-- Entries supplied --
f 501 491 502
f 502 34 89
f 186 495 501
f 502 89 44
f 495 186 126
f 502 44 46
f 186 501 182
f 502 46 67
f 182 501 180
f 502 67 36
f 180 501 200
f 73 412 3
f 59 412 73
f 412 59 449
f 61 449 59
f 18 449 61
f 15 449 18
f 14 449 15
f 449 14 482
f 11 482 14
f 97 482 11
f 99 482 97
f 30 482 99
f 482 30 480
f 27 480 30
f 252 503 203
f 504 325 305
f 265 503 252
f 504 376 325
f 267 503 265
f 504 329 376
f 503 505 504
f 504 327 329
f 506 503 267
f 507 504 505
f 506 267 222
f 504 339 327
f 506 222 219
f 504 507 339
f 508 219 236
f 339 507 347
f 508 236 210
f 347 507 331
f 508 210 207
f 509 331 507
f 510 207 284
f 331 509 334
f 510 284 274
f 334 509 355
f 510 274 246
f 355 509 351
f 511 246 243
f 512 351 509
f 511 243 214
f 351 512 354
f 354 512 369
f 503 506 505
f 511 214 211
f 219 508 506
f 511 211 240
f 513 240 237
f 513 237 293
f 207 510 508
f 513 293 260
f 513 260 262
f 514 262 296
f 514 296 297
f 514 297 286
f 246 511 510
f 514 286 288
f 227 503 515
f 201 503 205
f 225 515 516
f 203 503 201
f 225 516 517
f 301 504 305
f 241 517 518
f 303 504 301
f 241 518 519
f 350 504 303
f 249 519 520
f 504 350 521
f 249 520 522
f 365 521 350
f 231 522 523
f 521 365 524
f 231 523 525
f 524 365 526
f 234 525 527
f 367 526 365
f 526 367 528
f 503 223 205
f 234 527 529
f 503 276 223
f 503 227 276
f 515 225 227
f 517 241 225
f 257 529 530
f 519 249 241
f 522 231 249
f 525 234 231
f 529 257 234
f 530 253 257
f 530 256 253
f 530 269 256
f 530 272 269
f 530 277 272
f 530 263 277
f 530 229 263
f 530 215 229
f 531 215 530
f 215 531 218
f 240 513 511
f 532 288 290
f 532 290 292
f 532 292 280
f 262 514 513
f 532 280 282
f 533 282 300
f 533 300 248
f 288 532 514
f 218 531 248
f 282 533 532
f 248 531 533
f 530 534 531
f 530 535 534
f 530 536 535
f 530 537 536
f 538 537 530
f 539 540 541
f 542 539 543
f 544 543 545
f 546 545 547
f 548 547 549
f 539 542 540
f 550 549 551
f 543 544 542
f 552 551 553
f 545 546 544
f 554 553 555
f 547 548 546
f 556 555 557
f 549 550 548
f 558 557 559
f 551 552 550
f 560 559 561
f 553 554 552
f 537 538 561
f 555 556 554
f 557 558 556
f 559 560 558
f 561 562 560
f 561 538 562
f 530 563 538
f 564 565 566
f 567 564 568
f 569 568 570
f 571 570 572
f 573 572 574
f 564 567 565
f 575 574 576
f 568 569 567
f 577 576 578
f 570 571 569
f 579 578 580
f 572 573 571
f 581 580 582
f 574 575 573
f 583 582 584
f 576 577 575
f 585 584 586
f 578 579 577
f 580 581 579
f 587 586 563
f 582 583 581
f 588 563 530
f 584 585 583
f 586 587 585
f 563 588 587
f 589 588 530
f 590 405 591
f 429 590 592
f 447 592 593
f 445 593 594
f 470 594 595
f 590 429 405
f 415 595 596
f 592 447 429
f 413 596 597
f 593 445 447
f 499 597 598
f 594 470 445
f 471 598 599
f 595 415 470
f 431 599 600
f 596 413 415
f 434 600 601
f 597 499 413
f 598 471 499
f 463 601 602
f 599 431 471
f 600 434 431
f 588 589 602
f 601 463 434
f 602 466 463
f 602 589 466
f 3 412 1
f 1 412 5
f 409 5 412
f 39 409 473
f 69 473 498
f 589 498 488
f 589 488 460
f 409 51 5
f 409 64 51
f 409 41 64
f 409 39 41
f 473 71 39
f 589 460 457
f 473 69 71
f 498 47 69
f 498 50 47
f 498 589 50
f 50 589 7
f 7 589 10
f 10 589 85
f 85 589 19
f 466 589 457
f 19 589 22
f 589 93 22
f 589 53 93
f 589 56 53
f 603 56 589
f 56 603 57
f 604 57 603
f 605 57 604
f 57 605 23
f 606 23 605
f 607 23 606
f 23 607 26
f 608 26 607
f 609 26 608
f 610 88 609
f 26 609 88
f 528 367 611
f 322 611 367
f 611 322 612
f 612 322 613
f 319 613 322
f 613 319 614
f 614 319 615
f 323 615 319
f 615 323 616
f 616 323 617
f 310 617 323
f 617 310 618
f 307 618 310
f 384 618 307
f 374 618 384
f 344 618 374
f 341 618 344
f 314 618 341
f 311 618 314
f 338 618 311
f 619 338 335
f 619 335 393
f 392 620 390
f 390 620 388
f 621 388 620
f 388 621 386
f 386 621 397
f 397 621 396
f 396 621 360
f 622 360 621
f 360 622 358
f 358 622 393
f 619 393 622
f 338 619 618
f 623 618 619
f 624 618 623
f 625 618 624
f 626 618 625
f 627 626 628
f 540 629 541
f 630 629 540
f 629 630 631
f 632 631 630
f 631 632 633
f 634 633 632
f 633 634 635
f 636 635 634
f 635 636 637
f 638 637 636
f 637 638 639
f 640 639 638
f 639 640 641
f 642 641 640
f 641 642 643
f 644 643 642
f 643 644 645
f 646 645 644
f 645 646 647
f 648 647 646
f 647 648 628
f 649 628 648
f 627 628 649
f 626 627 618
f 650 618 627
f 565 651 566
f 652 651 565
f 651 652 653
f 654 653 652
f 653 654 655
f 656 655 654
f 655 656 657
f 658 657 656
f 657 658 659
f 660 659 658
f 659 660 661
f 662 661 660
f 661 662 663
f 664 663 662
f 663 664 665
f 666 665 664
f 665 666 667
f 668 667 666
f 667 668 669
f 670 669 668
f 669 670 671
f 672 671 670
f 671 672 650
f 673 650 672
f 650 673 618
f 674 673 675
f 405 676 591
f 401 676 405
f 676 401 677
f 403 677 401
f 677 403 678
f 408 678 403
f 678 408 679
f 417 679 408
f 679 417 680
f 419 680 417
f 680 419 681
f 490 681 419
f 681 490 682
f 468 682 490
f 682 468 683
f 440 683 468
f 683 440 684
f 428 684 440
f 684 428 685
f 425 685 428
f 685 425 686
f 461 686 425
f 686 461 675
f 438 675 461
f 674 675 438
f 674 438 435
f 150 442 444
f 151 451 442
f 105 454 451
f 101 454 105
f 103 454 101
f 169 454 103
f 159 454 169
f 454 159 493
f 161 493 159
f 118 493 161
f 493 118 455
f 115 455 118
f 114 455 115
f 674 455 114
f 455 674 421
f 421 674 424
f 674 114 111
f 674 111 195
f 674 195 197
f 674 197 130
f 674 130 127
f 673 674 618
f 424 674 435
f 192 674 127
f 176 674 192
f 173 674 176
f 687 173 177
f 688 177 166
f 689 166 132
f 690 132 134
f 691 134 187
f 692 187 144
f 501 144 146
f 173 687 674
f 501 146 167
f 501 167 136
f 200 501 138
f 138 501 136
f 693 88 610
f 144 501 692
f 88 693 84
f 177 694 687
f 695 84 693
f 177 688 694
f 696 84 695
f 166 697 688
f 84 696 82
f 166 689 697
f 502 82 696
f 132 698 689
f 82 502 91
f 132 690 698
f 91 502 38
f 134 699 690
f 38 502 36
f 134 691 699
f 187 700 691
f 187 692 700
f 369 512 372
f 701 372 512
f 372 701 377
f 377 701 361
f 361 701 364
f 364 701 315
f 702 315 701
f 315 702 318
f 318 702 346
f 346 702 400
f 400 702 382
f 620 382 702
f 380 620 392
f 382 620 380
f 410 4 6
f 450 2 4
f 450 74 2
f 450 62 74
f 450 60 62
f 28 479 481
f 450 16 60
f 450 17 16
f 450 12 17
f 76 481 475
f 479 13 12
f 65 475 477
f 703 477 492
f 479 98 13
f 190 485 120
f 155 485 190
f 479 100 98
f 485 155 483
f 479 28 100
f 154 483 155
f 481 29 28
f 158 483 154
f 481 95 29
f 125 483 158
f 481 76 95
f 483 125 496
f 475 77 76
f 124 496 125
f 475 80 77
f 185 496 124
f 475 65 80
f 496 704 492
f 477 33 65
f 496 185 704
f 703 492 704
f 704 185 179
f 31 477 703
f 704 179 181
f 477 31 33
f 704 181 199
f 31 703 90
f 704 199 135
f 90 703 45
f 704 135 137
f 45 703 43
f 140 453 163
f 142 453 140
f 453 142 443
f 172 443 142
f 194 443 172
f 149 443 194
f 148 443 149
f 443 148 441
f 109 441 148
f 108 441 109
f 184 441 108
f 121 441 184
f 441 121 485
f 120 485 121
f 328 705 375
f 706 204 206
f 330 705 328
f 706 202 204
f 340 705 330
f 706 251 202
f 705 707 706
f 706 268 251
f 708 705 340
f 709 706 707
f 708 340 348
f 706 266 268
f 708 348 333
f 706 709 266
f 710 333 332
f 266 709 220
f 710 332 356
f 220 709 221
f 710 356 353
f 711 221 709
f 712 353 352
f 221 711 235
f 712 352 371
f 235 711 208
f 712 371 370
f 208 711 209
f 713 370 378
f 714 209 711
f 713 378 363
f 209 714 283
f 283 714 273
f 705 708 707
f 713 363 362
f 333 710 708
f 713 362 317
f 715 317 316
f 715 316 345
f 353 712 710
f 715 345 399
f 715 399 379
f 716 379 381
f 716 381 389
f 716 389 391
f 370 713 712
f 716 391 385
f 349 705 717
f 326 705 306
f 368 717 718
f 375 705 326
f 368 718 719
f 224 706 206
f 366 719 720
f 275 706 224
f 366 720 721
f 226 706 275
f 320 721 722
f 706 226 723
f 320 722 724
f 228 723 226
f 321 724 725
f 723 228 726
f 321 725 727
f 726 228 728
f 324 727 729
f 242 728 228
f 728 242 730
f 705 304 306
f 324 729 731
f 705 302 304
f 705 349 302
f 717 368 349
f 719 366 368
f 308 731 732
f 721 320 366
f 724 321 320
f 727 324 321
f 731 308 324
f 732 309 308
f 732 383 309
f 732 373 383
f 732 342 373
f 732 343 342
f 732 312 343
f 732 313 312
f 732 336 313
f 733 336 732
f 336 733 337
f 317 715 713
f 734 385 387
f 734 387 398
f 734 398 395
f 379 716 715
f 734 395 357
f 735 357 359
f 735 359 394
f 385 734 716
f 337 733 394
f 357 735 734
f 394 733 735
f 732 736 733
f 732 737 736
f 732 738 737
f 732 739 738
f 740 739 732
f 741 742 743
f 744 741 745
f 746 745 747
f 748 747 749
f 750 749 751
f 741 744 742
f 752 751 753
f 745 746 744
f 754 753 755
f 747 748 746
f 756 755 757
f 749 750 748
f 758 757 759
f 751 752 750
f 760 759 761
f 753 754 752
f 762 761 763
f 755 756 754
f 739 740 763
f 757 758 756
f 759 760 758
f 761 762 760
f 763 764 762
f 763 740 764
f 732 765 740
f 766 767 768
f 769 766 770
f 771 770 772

-- Work task --
What you give back should be only the lines of the records above, starting at the line with "f 645 646 647" and ending at the line with "f 674 675 438", restated word for word.

-- Solved exercise --
f 645 646 647
f 648 647 646
f 647 648 628
f 649 628 648
f 627 628 649
f 626 627 618
f 650 618 627
f 565 651 566
f 652 651 565
f 651 652 653
f 654 653 652
f 653 654 655
f 656 655 654
f 655 656 657
f 658 657 656
f 657 658 659
f 660 659 658
f 659 660 661
f 662 661 660
f 661 662 663
f 664 663 662
f 663 664 665
f 666 665 664
f 665 666 667
f 668 667 666
f 667 668 669
f 670 669 668
f 669 670 671
f 672 671 670
f 671 672 650
f 673 650 672
f 650 673 618
f 674 673 675
f 405 676 591
f 401 676 405
f 676 401 677
f 403 677 401
f 677 403 678
f 408 678 403
f 678 408 679
f 417 679 408
f 679 417 680
f 419 680 417
f 680 419 681
f 490 681 419
f 681 490 682
f 468 682 490
f 682 468 683
f 440 683 468
f 683 440 684
f 428 684 440
f 684 428 685
f 425 685 428
f 685 425 686
f 461 686 425
f 686 461 675
f 438 675 461
f 674 675 438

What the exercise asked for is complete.